#### [Assigned task]
Quote exactly and only this range of lines in the data below: the line that holds "face PLANE(AX(P(-56,-17.25,8),D(0,1,0),D(0,0,1))) [-e35" to the line that holds "The same part", both included.

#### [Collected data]
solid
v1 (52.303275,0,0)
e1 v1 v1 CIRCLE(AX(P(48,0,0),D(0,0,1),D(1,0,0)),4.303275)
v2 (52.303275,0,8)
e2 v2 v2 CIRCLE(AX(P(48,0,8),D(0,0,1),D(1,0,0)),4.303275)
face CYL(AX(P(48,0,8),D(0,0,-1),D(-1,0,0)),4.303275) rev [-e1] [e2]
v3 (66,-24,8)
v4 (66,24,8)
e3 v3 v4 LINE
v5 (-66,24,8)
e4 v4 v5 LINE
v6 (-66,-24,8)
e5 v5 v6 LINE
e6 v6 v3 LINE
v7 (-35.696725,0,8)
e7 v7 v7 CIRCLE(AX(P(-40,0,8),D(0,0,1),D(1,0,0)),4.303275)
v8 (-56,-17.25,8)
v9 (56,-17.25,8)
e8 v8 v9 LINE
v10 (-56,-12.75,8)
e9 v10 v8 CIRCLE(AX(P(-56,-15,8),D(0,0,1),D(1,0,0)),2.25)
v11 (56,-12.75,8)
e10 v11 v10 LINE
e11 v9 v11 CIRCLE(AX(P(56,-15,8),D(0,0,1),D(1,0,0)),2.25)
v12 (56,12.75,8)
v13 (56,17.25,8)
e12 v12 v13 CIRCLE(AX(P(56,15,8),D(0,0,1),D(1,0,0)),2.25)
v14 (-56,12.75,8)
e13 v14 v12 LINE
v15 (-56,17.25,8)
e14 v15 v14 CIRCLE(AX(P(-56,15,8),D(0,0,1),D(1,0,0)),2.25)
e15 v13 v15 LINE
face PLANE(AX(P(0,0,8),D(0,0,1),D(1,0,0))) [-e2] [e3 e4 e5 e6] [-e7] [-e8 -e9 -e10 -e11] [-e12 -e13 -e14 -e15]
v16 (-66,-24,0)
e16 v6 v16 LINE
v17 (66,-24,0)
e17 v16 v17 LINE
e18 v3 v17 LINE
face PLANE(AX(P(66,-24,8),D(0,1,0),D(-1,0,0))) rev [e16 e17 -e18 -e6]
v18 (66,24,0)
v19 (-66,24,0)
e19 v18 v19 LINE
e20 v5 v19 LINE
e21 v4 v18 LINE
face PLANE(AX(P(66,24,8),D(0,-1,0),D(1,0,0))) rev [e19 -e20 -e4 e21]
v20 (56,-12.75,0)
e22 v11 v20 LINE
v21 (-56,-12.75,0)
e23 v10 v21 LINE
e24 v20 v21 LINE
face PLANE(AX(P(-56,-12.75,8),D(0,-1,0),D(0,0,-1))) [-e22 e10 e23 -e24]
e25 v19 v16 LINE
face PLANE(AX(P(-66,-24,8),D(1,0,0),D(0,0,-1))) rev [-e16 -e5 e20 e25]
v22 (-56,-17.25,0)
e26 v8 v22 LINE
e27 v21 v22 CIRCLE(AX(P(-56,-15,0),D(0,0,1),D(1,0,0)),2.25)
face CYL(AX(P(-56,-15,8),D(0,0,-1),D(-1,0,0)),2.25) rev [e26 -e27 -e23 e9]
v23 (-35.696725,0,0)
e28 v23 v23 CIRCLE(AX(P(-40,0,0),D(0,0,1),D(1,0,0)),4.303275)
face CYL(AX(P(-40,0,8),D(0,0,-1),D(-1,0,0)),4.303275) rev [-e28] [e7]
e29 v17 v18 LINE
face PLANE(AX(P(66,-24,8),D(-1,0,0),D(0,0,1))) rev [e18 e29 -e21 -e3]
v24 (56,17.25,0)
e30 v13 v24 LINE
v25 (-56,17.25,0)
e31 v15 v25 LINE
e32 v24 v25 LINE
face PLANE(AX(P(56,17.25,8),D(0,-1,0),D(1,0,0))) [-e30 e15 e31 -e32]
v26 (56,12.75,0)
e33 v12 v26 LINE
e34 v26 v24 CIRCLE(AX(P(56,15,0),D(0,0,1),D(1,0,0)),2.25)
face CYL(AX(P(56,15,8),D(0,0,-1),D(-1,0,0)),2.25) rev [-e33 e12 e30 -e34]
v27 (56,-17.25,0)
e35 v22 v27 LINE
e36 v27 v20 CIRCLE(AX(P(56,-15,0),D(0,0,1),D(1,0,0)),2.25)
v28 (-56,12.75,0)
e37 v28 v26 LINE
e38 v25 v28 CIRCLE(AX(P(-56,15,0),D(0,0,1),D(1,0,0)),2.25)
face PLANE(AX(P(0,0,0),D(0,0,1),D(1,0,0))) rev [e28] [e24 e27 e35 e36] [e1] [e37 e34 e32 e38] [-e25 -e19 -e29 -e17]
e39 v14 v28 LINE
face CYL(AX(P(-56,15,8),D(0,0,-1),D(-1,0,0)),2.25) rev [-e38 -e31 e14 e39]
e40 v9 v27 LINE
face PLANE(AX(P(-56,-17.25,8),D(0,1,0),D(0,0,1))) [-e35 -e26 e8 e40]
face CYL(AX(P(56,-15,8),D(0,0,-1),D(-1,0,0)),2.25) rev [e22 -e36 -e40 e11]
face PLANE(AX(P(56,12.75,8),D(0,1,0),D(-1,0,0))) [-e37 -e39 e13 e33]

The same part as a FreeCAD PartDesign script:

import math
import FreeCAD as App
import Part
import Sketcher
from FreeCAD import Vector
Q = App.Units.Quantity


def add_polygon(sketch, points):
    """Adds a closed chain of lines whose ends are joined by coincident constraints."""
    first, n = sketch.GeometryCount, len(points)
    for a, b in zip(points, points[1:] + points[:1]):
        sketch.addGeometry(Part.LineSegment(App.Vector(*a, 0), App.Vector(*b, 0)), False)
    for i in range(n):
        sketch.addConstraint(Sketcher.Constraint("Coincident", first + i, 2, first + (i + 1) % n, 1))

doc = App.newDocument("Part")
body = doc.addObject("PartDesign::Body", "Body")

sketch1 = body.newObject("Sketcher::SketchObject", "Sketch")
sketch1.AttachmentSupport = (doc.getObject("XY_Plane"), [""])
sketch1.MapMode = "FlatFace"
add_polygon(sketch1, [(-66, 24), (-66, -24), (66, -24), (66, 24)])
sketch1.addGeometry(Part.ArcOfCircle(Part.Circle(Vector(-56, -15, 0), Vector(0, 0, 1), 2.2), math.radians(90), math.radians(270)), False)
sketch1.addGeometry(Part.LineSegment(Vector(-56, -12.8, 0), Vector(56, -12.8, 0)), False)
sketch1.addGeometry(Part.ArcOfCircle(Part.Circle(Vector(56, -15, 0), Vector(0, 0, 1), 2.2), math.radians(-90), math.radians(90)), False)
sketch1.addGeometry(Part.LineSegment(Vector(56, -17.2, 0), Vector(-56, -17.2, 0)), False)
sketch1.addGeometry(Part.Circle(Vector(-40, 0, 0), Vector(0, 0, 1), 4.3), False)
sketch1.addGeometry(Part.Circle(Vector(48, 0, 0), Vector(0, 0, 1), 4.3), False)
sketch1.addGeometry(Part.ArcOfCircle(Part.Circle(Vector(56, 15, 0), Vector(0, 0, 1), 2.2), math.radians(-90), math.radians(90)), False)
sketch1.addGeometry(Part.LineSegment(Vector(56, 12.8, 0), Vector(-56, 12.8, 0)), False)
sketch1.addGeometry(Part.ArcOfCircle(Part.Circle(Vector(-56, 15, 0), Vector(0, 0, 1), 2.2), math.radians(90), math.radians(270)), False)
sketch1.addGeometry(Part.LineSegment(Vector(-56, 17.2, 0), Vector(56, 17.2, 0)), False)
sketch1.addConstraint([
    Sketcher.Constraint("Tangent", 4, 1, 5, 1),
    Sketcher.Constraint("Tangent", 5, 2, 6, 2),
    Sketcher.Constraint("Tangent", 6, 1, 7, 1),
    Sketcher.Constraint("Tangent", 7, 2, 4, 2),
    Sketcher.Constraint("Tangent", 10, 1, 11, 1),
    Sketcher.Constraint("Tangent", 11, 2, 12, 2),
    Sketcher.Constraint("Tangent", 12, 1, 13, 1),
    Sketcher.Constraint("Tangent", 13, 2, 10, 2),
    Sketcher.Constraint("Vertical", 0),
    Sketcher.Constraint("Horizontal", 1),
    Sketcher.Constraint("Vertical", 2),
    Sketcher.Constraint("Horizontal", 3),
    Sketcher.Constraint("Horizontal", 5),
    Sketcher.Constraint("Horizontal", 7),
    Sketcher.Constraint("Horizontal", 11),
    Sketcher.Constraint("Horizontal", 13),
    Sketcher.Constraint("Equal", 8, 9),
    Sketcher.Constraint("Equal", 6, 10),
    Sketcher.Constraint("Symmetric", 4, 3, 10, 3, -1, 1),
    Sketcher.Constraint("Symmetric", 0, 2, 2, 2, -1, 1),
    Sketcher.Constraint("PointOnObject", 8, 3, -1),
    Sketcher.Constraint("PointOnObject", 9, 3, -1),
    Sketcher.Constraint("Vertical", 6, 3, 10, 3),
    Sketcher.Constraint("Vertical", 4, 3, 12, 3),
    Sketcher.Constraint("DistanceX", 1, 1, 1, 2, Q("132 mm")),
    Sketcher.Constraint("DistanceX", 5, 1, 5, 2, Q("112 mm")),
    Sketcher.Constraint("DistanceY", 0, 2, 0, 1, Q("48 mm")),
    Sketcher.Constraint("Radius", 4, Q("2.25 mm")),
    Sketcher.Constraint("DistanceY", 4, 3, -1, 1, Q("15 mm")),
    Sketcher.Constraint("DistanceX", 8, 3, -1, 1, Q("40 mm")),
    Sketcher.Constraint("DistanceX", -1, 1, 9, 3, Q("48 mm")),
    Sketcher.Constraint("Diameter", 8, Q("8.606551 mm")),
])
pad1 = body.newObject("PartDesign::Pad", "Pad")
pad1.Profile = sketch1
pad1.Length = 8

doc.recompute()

#### [Solution]
face PLANE(AX(P(-56,-17.25,8),D(0,1,0),D(0,0,1))) [-e35 -e26 e8 e40]
face CYL(AX(P(56,-15,8),D(0,0,-1),D(-1,0,0)),2.25) rev [e22 -e36 -e40 e11]
face PLANE(AX(P(56,12.75,8),D(0,1,0),D(-1,0,0))) [-e37 -e39 e13 e33]

The same part as a FreeCAD PartDesign script:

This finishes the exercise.